PKK ile Türkiye arasında yaşanan savaş hali göz önünde bulundurulduğunda son gelişen olayla birlikte bu yeni durum Kürdistan Bölgesi’ni nasıl etkiler?

Türkiye devleti Kuzey ile Güney Kürdistan Sınırında planlı ve programlı bir şekilde adımlar atarak askeri üs alanlarını çoğaltıyor. Şu ana kadar 47 civarında üs kurmuş durumda. Bu bahsettiğimiz alanlar hepimizin de bildiği gibi 2015 – 2016 yılına kadar PKK’nin denetiminde olan alanlardı. PKK şu an o alanların hepsini boşaltmış vaziyette. Üçgen olarak tabir edilen Türkiye–İran–Irak sınırından yani Doğu ile Güney Kürdistan sınırından tutalım Türkiye-Suriye–Kürdistan Bölgesi sınırı olan Haftanin’e kadar ki alanların hepsini PKK boşaltmış ve Türkiye’ye teslim etmiş durumda. Daha önceden de vurguladığım gibi artık savaşı yavaş yavaş her iki tarafta Güney Kürdistan’ın derinliklerine doğru çekme uğraşında.
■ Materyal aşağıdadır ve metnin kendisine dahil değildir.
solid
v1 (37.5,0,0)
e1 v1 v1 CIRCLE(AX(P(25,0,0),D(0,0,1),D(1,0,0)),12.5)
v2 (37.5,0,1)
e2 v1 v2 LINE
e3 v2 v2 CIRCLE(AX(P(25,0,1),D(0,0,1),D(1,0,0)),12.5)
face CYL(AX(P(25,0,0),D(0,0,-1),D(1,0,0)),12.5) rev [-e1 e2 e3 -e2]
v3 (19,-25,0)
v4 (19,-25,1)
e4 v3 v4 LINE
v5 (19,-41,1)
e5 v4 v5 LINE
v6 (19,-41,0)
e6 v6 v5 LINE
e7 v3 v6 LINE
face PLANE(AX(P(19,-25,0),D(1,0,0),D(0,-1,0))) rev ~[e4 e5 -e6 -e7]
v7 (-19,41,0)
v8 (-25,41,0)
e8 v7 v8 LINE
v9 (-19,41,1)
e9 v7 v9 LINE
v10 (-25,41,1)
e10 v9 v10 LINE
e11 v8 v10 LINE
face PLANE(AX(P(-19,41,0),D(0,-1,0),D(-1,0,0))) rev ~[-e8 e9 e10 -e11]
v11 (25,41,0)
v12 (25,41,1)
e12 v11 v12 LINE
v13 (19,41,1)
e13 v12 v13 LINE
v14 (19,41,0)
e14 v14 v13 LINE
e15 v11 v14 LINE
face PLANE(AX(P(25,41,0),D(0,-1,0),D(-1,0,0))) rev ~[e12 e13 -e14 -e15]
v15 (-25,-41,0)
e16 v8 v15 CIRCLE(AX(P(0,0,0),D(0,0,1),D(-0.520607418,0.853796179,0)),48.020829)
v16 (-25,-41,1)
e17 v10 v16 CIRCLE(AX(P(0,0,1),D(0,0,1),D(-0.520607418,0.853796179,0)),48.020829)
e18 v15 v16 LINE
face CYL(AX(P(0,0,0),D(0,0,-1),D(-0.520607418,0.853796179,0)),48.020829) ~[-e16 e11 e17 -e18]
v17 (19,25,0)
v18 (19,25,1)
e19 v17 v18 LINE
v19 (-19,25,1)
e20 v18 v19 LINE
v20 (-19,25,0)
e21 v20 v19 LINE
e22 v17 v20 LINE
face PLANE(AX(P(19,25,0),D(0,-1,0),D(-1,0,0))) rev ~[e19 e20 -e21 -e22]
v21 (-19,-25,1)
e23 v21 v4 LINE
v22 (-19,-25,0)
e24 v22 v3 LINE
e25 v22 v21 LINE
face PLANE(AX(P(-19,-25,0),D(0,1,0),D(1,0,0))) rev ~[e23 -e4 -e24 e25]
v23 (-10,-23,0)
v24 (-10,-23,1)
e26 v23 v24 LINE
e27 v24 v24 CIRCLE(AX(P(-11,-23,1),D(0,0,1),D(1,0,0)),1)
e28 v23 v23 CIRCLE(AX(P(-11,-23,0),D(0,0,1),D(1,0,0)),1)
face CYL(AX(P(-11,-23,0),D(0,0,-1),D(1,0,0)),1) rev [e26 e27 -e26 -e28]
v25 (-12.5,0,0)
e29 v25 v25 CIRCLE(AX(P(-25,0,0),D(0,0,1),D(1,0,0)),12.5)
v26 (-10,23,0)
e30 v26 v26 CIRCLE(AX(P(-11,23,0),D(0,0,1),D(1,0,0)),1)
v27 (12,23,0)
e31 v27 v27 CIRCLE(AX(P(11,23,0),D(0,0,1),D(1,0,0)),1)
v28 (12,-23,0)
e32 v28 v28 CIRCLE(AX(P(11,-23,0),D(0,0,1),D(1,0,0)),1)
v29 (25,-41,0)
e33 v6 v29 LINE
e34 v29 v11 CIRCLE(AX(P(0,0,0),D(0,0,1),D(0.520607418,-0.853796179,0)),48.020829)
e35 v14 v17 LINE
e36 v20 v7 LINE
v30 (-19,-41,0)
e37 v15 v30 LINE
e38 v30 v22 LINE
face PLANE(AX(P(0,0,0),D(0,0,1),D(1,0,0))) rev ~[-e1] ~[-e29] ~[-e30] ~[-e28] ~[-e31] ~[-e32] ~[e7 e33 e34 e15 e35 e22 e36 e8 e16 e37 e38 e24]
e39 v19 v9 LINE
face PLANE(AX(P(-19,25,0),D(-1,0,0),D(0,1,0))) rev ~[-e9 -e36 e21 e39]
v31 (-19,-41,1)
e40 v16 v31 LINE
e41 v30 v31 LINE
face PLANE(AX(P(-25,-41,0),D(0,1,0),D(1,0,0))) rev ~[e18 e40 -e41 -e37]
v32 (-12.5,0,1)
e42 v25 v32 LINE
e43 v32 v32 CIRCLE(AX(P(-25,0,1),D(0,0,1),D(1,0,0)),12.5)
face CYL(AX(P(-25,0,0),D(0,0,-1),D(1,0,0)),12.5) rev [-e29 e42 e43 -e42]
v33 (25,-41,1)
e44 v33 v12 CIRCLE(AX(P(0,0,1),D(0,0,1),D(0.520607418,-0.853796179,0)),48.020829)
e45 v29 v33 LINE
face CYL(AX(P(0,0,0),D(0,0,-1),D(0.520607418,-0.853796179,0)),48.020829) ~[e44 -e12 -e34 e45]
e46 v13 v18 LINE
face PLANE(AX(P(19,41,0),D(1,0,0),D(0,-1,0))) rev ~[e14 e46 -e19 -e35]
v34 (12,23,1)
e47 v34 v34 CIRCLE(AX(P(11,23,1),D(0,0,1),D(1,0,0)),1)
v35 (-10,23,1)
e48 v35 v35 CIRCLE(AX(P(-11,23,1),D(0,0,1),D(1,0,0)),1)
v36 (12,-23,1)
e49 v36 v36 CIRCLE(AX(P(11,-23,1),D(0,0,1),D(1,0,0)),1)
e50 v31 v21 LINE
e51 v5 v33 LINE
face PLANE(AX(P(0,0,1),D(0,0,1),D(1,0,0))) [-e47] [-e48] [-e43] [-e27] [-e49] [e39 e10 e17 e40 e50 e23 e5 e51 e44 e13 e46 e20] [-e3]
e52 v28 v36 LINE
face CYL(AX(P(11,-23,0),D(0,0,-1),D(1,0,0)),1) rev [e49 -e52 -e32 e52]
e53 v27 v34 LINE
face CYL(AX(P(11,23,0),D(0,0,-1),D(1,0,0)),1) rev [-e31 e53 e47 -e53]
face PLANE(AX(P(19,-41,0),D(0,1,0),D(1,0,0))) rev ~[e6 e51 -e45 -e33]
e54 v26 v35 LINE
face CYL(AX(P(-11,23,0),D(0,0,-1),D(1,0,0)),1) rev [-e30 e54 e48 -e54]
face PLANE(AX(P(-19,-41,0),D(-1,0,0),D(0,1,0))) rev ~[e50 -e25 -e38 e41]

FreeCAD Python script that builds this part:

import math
import FreeCAD as App
import Part
import Sketcher
from FreeCAD import Vector

doc = App.newDocument("Part")
params = doc.addObject("Spreadsheet::Sheet", "Params")
for row, (alias, value) in enumerate([
    ("sketch1_diameter", "2 mm"),
    ("sketch1_diameter2", "25 mm"),
    ("sketch1_width", "38 mm"),
    ("sketch1_width2", "6 mm"),
    ("sketch1_height", "16 mm"),
    ("pad1_length", "1 mm"),
], start=1):
    params.set(f"A{row}", alias)
    params.set(f"B{row}", "=" + value)
    params.setAlias(f"B{row}", alias)

body = doc.addObject("PartDesign::Body", "Body")

sketch1 = body.newObject("Sketcher::SketchObject", "Sketch")
sketch1.AttachmentSupport = (doc.getObject("XY_Plane"), [""])
sketch1.MapMode = "FlatFace"
sketch1.addGeometry(Part.LineSegment(Vector(19, 25, 0), Vector(-19, 25, 0)), False)
sketch1.addGeometry(Part.LineSegment(Vector(-19, 25, 0), Vector(-19, 41, 0)), False)
sketch1.addGeometry(Part.LineSegment(Vector(-19, 41, 0), Vector(-25, 41, 0)), False)
sketch1.addGeometry(Part.ArcOfCircle(Part.Circle(Vector(0, 0, 0), Vector(0, 0, 1), 48.020829), math.radians(121.373005), math.radians(238.626995)), False)
sketch1.addGeometry(Part.LineSegment(Vector(-25, -41, 0), Vector(-19, -41, 0)), False)
sketch1.addGeometry(Part.LineSegment(Vector(-19, -41, 0), Vector(-19, -25, 0)), False)
sketch1.addGeometry(Part.LineSegment(Vector(-19, -25, 0), Vector(19, -25, 0)), False)
sketch1.addGeometry(Part.LineSegment(Vector(19, -25, 0), Vector(19, -41, 0)), False)
sketch1.addGeometry(Part.LineSegment(Vector(19, -41, 0), Vector(25, -41, 0)), False)
sketch1.addGeometry(Part.ArcOfCircle(Part.Circle(Vector(0, 0, 0), Vector(0, 0, 1), 48.020829), math.radians(-58.626995), math.radians(58.626995)), False)
sketch1.addGeometry(Part.LineSegment(Vector(25, 41, 0), Vector(19, 41, 0)), False)
sketch1.addGeometry(Part.LineSegment(Vector(19, 41, 0), Vector(19, 25, 0)), False)
sketch1.addGeometry(Part.Circle(Vector(-11, -23, 0), Vector(0, 0, 1), 1), False)
sketch1.addGeometry(Part.Circle(Vector(11, -23, 0), Vector(0, 0, 1), 1), False)
sketch1.addGeometry(Part.Circle(Vector(-25, 0, 0), Vector(0, 0, 1), 12.5), False)
sketch1.addGeometry(Part.Circle(Vector(-11, 23, 0), Vector(0, 0, 1), 1), False)
sketch1.addGeometry(Part.Circle(Vector(25, 0, 0), Vector(0, 0, 1), 12.5), False)
sketch1.addGeometry(Part.Circle(Vector(11, 23, 0), Vector(0, 0, 1), 1), False)
sketch1.addConstraint(Sketcher.Constraint("Coincident", 0, 2, 1, 1))
sketch1.addConstraint(Sketcher.Constraint("Coincident", 1, 2, 2, 1))
sketch1.addConstraint(Sketcher.Constraint("Coincident", 2, 2, 3, 1))
sketch1.addConstraint(Sketcher.Constraint("Coincident", 3, 2, 4, 1))
sketch1.addConstraint(Sketcher.Constraint("Coincident", 4, 2, 5, 1))
sketch1.addConstraint(Sketcher.Constraint("Coincident", 5, 2, 6, 1))
sketch1.addConstraint(Sketcher.Constraint("Coincident", 6, 2, 7, 1))
sketch1.addConstraint(Sketcher.Constraint("Coincident", 7, 2, 8, 1))
sketch1.addConstraint(Sketcher.Constraint("Coincident", 8, 2, 9, 1))
sketch1.addConstraint(Sketcher.Constraint("Coincident", 9, 2, 10, 1))
sketch1.addConstraint(Sketcher.Constraint("Coincident", 10, 2, 11, 1))
sketch1.addConstraint(Sketcher.Constraint("Coincident", 11, 2, 0, 1))
sketch1.addConstraint(Sketcher.Constraint("Horizontal", 0))
sketch1.addConstraint(Sketcher.Constraint("Vertical", 1))
sketch1.addConstraint(Sketcher.Constraint("Horizontal", 2))
sketch1.addConstraint(Sketcher.Constraint("Horizontal", 4))
sketch1.addConstraint(Sketcher.Constraint("Vertical", 5))
sketch1.addConstraint(Sketcher.Constraint("Horizontal", 6))
sketch1.addConstraint(Sketcher.Constraint("Vertical", 7))
sketch1.addConstraint(Sketcher.Constraint("Horizontal", 8))
sketch1.addConstraint(Sketcher.Constraint("Horizontal", 10))
sketch1.addConstraint(Sketcher.Constraint("Vertical", 11))
sketch1.addConstraint(Sketcher.Constraint("Coincident", 3, 3, -1, 1))
sketch1.addConstraint(Sketcher.Constraint("Coincident", 9, 3, -1, 1))
sketch1.addConstraint(Sketcher.Constraint("Equal", 3, 9))
sketch1.addConstraint(Sketcher.Constraint("Equal", 12, 13))
sketch1.addConstraint(Sketcher.Constraint("Equal", 13, 15))
sketch1.addConstraint(Sketcher.Constraint("Equal", 14, 16))
sketch1.addConstraint(Sketcher.Constraint("Equal", 15, 17))
sketch1.addConstraint(Sketcher.Constraint("Symmetric", 13, 3, 15, 3, -1, 1))
sketch1.addConstraint(Sketcher.Constraint("Symmetric", 14, 3, 16, 3, -1, 1))
sketch1.addConstraint(Sketcher.Constraint("Symmetric", 12, 3, 17, 3, -1, 1))
sketch1.addConstraint(Sketcher.Constraint("Symmetric", 0, 2, 6, 2, -1, 1))
sketch1.addConstraint(Sketcher.Constraint("Symmetric", 4, 2, 10, 2, -1, 1))
sketch1.addConstraint(Sketcher.Constraint("Symmetric", 12, 3, 13, 3, -2))
sketch1.addConstraint(Sketcher.Constraint("Symmetric", 4, 2, 7, 2, -2))
sketch1.addConstraint(Sketcher.Constraint("PointOnObject", 14, 3, -1))
sketch1.addConstraint(Sketcher.Constraint("Horizontal", 2, 2, 9, 2))
sketch1.addConstraint(Sketcher.Constraint("Vertical", 14, 3, 2, 2))
sketch1.addConstraint(Sketcher.Constraint("Diameter", 12, 2.0))
sketch1.addConstraint(Sketcher.Constraint("Diameter", 14, 25.0))
sketch1.addConstraint(Sketcher.Constraint("DistanceX", 0, 2, 0, 1, 38.0))
sketch1.addConstraint(Sketcher.Constraint("DistanceX", 2, 2, 2, 1, 6.0))
sketch1.addConstraint(Sketcher.Constraint("DistanceY", 1, 1, 1, 2, 16.0))
sketch1.addConstraint(Sketcher.Constraint("DistanceX", 12, 3, -1, 1, 11.0))
sketch1.addConstraint(Sketcher.Constraint("DistanceY", 12, 3, -1, 1, 23.0))
sketch1.addConstraint(Sketcher.Constraint("DistanceY", -1, 1, 0, 2, 25.0))
sketch1.setExpression("Constraints[39]", "Params.sketch1_diameter")
sketch1.setExpression("Constraints[40]", "Params.sketch1_diameter2")
sketch1.setExpression("Constraints[41]", "Params.sketch1_width")
sketch1.setExpression("Constraints[42]", "Params.sketch1_width2")
sketch1.setExpression("Constraints[43]", "Params.sketch1_height")
pad1 = body.newObject("PartDesign::Pad", "Pad")
pad1.Profile = sketch1
pad1.setExpression("Length", "Params.pad1_length")

doc.recompute()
“PKK, Kürdistan Bölgesi kentlerine doğru ilerliyerek Türkiye’yi de kendisiyle birlikte çekiyor, Türkiye’de bu durumdan gayet memnun”

Yani izin verilse PKK Kürdistan Bölgesi kentlerine doğru gelecek ve Türkiye’yi de kendisiyle birlikte buralara çekecek. Yani Kuzey Kürdistanı nasıl bozduysa buraları da aynı şekilde bozacak. Türkiye’de bundan gayet memnun ve bunun olmasını istiyor, teşvik ediyor. Burada yine şu soruyu sormak gerekir; PKK, Güney ve Rojava Kürdistanı’nda, özellikle IŞİD savaşı sonrası elde edilen askeri ve siyasi kazanımların daha da güçlenmesi ve sağlamlaşması yönünde tedbirler alsa mıydı daha doğru olurdu yoksa mevcut haliyle hem Güney hem de Rojava Kürdistanı’na şu an uyguladığı politikayı uygulamaya devam etmekle mi daha doğru yapıyor? Ben birey olarak bu savaşın ve bu siyasetin her hangi olumlu bir neticesinin olacağı inancında değilim.

“Kürdistan Bölgesi Yönetimi hem Irak Hükümeti hem de uluslararası güçlerle birlikte bu duruma bir çözüm yaratmalı”

Kürdistan Bölgesi Yönetimi hem Irak Hükümeti hem de uluslararası güçlerle birlikte bu duruma bir çözüm yaratmalı ve bu yaşanan olumsuz gelişmelerin önüne geçmelidirler. Şu bir gerçek, Kürdistan Bölgesi kendisini PKK’nin bu yanlış siyasetinin kurbanı edemez, etmemeli. Çünkü şayet Kürdistan Bölgesi Yönetimi bu şekilde devam ederse artık burada yaşayan halk da bunu kabul etmeyecektir. Peşmerge de artık bunu kabul etmeyecektir.